# Help applying summation convention to tensors(generalised Hooke's law)

I understand the simplest application of the summation convention.

$x_{i}y_{i}$

I create a sum of terms such that in each term the subscripts are the same i.e.
$x_{1}y_{1}+x_{2}y_{2}+x_{3}y_{3}+...$

But now when I look at understanding summation convention applied to the generalised Hooke's law:

$\tau _{ik}=C_{ikrs}E_{rs}$

I'm a bit unsure what this means. I understand that C is a tensor with 81 components and that by applying the summation convention I should get linear combinations for every $\tau$ component (I think). But as for applying summation convention to see what exactly those sums look like I'm unsure.

The statement below doesn't seem to help my understanding either

"$\tau _{ik}$ is a linear combination of all strain components $E_{ik}$"

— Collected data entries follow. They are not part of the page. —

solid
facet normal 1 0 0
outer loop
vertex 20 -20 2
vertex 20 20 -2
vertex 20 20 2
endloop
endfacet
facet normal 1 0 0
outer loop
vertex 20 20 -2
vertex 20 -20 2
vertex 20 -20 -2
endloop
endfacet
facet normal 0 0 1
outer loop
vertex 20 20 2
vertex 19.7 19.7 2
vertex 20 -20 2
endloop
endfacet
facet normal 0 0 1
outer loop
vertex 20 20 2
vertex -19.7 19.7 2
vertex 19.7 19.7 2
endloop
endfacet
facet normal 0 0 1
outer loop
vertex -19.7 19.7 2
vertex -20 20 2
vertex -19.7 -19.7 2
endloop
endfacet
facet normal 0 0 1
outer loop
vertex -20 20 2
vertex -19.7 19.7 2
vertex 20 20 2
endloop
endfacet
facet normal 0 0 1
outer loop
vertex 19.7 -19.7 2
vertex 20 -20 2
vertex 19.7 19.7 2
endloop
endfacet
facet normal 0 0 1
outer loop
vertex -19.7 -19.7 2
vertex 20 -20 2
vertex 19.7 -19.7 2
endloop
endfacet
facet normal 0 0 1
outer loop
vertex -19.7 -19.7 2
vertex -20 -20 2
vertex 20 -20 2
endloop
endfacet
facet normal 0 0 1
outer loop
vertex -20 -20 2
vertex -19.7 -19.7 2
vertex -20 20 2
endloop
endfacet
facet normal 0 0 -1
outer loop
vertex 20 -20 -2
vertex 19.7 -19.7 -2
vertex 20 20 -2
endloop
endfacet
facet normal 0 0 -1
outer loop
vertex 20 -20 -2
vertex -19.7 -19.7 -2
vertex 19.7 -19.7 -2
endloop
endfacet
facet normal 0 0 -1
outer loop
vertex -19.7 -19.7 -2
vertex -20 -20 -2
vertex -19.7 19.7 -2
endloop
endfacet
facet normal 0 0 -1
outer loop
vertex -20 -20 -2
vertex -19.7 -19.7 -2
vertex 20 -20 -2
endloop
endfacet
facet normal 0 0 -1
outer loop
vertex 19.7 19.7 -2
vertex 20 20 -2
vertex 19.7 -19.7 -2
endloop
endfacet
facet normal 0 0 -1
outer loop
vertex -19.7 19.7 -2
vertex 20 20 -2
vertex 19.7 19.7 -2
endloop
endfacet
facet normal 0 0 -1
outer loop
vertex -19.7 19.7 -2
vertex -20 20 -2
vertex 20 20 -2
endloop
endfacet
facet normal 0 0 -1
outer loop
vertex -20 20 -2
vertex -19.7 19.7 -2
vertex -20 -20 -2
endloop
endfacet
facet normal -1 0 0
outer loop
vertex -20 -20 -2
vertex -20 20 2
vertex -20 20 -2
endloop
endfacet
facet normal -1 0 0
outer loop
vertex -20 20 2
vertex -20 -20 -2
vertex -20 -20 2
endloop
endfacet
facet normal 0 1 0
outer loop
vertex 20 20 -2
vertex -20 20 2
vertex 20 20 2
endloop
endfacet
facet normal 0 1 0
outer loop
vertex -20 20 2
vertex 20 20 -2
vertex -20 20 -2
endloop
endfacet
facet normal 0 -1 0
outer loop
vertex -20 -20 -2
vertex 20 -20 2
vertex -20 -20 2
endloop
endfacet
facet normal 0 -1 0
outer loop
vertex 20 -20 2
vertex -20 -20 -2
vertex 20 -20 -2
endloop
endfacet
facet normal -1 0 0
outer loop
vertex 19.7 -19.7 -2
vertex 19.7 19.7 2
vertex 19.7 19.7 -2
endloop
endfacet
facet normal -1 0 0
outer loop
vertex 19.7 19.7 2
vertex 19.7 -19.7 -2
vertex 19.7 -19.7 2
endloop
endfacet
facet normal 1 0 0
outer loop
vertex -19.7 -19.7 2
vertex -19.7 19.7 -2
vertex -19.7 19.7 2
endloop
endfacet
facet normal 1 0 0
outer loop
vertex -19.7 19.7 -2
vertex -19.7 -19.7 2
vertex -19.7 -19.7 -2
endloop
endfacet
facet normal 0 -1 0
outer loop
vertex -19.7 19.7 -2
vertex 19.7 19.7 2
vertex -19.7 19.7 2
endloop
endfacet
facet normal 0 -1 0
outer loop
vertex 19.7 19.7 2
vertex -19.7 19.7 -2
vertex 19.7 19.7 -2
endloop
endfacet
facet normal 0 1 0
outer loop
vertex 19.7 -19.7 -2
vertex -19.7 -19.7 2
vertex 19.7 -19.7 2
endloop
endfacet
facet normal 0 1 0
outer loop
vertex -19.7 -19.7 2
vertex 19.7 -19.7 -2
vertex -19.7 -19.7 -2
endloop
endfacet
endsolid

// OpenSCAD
module wall(SIZE=20,isCircle=0)
{

wallTh = 0.3;
wallH = 4;
	if( !isCircle )
	{	
difference()
{
	cube([SIZE,SIZE,wallH],center=true);
	cube([SIZE-wallTh*2,SIZE-wallTh*2,wallH+1],center=true);
	}
}
else
{
difference()
{
	cylinder(r=SIZE,h=wallH);
	cylinder(r=SIZE-wallTh*2,h=wallH+1);
	}
}
}

wall(40,0);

Any assistance would be appreciated.

## The Attempt at a Solution

I could hazard I guess and say I only sum when r or s equals i or k, and when r=s and i=k. Still unsure if that is correct though.

cepheid
Staff Emeritus
Gold Member
From your statement about C_ikrs having 81 components, I am assuming that each index ranges over 3 possible values i.e. i = {1,2,3}, and likewise for k, r and s. since only repeated indices are summed over, this means that i and k are not summed over, and you actually have nine different equations represented here, one for each component of tau. So just cycle through all the components of tau (ie all possible values of i and k ):

$$\tau_{11} = C_{1111}E_{11} + C_{1112}E_{12} + C_{1113}E_{13} + C_{1121}E_{21} + C_{1122}E_{22} + C_{1123}E_{23} + C_{1131}E_{31} + C_{1132}E_{32} + C_{1133}E_{33}$$

And that's just ONE of the nine equations. You still have to do the same for tau_12, tau_13, tau_21 et cetera.

cepheid
Staff Emeritus
If it helps, the NON shorthand way of writing your tensor expression would have been: $$\tau_{ik} = \sum_{r=1}^3\sum_{s=1}^3 C_{ikrs}E_{rs}$$